#### Data for this task

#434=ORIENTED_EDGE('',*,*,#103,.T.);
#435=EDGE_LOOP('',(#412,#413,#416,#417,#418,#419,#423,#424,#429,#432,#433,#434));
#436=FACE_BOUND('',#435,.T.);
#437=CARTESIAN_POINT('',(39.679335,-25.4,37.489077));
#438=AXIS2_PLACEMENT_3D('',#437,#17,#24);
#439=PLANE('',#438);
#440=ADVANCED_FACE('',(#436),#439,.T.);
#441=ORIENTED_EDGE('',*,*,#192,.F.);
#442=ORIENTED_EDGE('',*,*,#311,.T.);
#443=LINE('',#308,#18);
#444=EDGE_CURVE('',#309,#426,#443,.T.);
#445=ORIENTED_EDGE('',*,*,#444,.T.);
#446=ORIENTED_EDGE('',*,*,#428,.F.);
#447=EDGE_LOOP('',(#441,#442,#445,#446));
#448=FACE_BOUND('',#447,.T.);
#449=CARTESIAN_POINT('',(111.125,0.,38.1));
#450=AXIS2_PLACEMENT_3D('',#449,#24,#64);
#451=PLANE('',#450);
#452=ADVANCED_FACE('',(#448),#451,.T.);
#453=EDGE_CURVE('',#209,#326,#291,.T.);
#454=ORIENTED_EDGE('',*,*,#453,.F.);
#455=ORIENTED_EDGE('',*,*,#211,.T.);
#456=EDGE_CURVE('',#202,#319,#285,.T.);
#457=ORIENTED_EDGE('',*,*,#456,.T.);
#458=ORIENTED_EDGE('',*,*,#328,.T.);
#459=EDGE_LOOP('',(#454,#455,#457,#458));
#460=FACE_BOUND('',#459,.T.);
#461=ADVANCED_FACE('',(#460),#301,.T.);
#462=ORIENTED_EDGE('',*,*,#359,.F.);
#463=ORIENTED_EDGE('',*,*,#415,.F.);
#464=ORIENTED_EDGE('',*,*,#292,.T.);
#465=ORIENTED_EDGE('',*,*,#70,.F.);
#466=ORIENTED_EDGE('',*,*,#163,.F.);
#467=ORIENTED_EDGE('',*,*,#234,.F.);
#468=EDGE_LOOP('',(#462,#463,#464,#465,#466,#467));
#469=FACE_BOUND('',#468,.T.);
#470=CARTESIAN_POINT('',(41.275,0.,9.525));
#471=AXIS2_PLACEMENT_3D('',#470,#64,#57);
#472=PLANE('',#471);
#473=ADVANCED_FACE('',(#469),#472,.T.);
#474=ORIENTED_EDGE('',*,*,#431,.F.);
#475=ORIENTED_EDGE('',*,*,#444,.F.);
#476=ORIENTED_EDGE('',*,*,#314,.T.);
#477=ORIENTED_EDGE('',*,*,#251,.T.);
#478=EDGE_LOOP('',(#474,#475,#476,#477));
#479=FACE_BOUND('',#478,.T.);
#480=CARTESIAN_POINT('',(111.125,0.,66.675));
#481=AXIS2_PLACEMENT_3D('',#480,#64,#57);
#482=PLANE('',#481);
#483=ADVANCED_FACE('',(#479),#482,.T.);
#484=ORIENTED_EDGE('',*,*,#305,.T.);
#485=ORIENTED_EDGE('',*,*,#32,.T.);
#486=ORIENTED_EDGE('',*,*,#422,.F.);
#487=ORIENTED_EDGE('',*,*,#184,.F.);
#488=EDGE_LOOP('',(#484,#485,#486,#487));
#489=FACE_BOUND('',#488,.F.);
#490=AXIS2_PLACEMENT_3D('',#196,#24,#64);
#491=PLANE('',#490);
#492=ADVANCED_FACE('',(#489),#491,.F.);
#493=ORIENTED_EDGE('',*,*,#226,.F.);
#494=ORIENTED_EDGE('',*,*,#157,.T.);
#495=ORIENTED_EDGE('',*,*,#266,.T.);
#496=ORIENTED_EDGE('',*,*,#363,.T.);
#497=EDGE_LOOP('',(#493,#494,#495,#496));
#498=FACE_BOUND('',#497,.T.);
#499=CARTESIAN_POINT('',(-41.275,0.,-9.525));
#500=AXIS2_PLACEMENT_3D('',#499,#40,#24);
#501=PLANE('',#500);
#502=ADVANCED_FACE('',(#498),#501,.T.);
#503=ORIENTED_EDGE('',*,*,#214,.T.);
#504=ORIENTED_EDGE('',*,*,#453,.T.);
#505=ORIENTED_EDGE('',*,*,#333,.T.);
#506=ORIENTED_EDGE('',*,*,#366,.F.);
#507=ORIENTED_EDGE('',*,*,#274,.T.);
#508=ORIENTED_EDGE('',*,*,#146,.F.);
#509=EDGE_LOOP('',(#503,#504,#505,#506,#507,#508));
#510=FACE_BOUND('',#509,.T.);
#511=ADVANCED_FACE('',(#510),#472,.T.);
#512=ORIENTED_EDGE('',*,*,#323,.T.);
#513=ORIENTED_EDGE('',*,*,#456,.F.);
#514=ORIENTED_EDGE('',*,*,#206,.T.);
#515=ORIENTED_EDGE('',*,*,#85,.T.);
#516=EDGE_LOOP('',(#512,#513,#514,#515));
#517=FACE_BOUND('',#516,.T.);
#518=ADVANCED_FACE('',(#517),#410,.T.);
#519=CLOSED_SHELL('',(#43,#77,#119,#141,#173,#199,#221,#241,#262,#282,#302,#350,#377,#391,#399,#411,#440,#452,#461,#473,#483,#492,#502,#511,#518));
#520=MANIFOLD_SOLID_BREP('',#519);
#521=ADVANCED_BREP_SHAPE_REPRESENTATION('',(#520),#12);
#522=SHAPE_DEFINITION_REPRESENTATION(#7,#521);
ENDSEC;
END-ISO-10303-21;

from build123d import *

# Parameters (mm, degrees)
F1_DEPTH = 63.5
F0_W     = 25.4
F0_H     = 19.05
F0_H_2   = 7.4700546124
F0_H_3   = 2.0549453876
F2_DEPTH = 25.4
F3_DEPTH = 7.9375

########

* Required action *
Copy out the data above word for word, starting at its first line and ending with the line that contains "#453=EDGE_CURVE('',#209,#326,#291,.T.);".

* Answer *
#434=ORIENTED_EDGE('',*,*,#103,.T.);
#435=EDGE_LOOP('',(#412,#413,#416,#417,#418,#419,#423,#424,#429,#432,#433,#434));
#436=FACE_BOUND('',#435,.T.);
#437=CARTESIAN_POINT('',(39.679335,-25.4,37.489077));
#438=AXIS2_PLACEMENT_3D('',#437,#17,#24);
#439=PLANE('',#438);
#440=ADVANCED_FACE('',(#436),#439,.T.);
#441=ORIENTED_EDGE('',*,*,#192,.F.);
#442=ORIENTED_EDGE('',*,*,#311,.T.);
#443=LINE('',#308,#18);
#444=EDGE_CURVE('',#309,#426,#443,.T.);
#445=ORIENTED_EDGE('',*,*,#444,.T.);
#446=ORIENTED_EDGE('',*,*,#428,.F.);
#447=EDGE_LOOP('',(#441,#442,#445,#446));
#448=FACE_BOUND('',#447,.T.);
#449=CARTESIAN_POINT('',(111.125,0.,38.1));
#450=AXIS2_PLACEMENT_3D('',#449,#24,#64);
#451=PLANE('',#450);
#452=ADVANCED_FACE('',(#448),#451,.T.);
#453=EDGE_CURVE('',#209,#326,#291,.T.);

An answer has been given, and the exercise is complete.